If you are considering a radiant barrier for your home, please read the study completed by the TVA in the attached pdf. As read through the study, you will see that they the only significant reductions in ceiling temperature flux come at what would be considered terribly inadequate levels of insulation (R-11 or R-19). 

Please re-read the summer sections. You will see that they discount the effectiveness of any radiant barrier at insulation depths of R-30. Energy star recommends a minimum of R-50 now.

As stated in the report multiple times, the effectiveness of radiant barriers is not "statistically significant" (page 177 top left) at insulation levels of R-30. R-30 is still inadequate for this area. Proper insulation levels are 1.67X times that depth. The effectiveness of radiant barriers at that depth is effectively zero. Radiant barriers for winter applications are minimally effective when compared to adding insulation and in some cases (inadequate insulation) they will translate to a lessening of home performance.

If you are having summer heating issues, the proper installation of the radiant barrier is along the rafters, not across the insulation. If you place a radiant barrier across the rafters and have too little insulation, you will actually make the wintertime conditions worse. Radiant barriers, used in these applications, do not have the universal applicability that insulation does.

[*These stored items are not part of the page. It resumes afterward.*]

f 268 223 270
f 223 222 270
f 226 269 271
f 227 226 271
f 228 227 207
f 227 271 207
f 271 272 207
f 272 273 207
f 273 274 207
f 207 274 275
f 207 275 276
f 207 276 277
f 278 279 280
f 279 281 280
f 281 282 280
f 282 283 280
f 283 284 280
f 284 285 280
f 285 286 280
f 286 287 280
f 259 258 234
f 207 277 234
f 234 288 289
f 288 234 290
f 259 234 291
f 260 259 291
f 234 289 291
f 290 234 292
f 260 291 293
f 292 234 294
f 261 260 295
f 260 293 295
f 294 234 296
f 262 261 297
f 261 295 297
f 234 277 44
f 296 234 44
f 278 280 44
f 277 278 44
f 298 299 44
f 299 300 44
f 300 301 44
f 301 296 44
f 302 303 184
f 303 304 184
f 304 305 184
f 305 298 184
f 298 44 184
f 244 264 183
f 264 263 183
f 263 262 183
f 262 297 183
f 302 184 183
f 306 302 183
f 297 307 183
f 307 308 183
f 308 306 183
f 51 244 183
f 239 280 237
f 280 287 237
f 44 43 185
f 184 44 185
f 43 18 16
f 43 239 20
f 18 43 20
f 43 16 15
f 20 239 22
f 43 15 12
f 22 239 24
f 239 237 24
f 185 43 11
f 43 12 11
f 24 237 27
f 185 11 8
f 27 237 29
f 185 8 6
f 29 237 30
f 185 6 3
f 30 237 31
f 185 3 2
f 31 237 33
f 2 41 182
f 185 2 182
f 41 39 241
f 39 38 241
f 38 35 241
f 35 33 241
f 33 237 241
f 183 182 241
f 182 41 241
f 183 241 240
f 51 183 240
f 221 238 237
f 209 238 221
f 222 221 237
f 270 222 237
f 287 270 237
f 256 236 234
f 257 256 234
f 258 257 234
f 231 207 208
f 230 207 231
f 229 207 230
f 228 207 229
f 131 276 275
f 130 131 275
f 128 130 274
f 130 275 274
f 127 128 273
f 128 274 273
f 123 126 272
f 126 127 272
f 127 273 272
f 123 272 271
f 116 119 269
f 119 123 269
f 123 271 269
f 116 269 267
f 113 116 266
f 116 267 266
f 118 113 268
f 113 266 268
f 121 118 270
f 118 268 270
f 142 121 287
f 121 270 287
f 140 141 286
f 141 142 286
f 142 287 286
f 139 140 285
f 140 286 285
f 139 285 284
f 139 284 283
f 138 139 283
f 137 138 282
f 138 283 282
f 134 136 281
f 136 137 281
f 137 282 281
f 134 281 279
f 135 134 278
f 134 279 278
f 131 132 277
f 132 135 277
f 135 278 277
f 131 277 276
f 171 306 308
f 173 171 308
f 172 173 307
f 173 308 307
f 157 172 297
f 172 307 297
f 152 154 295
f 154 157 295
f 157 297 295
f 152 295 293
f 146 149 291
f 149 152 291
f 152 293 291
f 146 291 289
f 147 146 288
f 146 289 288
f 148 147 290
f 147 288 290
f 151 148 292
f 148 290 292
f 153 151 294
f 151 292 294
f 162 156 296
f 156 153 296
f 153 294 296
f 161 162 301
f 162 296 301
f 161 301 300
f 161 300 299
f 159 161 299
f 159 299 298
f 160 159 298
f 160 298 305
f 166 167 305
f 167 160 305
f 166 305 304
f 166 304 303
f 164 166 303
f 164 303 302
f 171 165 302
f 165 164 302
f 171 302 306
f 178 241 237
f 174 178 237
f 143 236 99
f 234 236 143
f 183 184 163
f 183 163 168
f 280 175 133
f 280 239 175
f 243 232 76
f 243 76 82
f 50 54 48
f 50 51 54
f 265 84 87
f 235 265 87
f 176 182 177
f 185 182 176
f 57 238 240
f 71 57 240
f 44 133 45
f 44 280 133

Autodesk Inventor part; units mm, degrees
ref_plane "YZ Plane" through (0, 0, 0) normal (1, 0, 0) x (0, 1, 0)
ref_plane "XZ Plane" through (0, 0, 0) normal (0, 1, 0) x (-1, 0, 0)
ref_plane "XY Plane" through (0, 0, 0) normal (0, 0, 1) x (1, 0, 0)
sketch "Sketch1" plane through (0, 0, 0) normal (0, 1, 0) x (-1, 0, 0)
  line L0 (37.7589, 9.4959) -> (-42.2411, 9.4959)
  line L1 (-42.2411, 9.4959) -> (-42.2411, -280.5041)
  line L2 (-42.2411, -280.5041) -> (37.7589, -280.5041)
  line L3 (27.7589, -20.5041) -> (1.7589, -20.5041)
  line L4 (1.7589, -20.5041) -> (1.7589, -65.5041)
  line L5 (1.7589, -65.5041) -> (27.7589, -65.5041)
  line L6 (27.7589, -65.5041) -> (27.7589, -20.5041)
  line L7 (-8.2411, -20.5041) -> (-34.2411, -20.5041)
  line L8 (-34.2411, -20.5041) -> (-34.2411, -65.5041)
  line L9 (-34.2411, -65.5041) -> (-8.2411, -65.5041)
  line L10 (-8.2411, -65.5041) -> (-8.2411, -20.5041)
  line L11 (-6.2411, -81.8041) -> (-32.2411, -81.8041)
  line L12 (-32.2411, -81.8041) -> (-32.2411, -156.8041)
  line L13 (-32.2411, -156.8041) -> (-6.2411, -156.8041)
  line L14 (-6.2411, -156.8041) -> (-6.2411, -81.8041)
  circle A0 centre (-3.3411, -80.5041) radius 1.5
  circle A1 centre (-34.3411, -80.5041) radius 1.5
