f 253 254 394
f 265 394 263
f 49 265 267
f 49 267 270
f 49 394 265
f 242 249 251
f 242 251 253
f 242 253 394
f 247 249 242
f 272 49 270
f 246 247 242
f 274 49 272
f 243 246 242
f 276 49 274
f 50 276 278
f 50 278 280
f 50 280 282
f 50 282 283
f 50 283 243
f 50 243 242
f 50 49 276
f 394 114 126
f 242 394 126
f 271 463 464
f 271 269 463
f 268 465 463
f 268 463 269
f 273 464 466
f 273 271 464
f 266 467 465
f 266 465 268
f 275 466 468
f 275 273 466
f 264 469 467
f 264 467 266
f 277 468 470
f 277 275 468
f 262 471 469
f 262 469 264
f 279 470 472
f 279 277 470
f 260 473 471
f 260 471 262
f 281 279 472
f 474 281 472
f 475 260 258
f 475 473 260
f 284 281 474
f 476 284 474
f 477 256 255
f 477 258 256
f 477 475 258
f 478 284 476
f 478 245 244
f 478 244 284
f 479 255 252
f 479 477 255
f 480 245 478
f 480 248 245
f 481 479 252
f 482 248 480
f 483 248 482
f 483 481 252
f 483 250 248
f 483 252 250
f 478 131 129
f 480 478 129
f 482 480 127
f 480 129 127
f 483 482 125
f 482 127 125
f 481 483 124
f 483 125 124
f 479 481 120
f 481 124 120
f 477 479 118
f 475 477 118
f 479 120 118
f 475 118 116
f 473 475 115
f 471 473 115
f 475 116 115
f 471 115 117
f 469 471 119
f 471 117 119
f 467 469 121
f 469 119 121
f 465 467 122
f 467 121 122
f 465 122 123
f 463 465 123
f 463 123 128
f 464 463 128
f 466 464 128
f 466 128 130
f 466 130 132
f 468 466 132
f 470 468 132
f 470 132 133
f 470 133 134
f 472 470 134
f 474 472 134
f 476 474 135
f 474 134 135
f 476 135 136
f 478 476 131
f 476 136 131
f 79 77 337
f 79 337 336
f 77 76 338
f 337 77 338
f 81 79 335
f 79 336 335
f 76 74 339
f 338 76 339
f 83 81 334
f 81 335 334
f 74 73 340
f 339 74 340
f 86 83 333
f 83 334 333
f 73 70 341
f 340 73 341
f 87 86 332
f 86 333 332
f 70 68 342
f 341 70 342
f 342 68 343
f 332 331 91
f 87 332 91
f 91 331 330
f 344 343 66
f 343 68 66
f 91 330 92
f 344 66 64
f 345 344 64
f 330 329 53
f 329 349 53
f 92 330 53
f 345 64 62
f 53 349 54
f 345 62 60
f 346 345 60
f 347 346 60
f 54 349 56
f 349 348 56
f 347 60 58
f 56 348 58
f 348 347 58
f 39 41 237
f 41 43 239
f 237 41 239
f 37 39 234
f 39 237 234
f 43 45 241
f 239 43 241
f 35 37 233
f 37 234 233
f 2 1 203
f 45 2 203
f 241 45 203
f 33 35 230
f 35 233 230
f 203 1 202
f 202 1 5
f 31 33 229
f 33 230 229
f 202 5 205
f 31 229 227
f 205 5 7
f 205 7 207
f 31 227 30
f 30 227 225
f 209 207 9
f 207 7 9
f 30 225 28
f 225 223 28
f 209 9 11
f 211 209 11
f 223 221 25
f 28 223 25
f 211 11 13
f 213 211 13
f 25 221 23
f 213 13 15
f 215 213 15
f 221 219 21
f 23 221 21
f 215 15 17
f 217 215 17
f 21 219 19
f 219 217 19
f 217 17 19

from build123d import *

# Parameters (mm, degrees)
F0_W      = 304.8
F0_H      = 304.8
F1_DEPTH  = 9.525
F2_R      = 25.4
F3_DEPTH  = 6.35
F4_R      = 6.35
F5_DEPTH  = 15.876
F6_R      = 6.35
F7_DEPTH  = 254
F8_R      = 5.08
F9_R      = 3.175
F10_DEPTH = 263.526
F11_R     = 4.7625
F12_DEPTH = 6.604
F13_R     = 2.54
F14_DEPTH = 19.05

The section that you highlighted regarding dust has to do with winter performance of radiant barriers and not summer performance. A Radiant barrier’s summer effectiveness and emissivity is reduced by dusting. The lack of change in winter performance has as much to do with the air barrier aspect of a radiant barrier applied to the insulation than with the emissivity of the radiant barrier. The increased emissivity in the radiant barrier as a result of the dust will translate lessened summer performance. 

All of these dusting issues are mitigated by the proper placement of radiant barriers for controlling summer heat. If someone is proposing that they lay the radiant barrier on your insulation, they are doing you a disservice. Your issues are with summer heat. Radiant barriers must be applied to the rafters. This is absolutely best practice for summer heating issues.

Radiant barriers do have a place in residential energy efficiency if there are precluding circumstances. If you don't have access to proper insulation depth (i.e. insulated roof deck), a radiant barrier might have some application value. In situations such as that, spray foam is more likely a better solution. Regardless, most homes suffer from other issues that are not corrected by Radiant barriers. 

Improper insulation levels and unchecked air infiltration and exfiltration from the home are the two largest culprits when it comes to issues of energy efficiency.

Making sure that the home is not taking on unconditioned air, has properly sealed air ducts, and proper insulation (R-50) will make exponentially more impact to comfort and eliminating heat gain than an improperly placed radiant barrier.


----------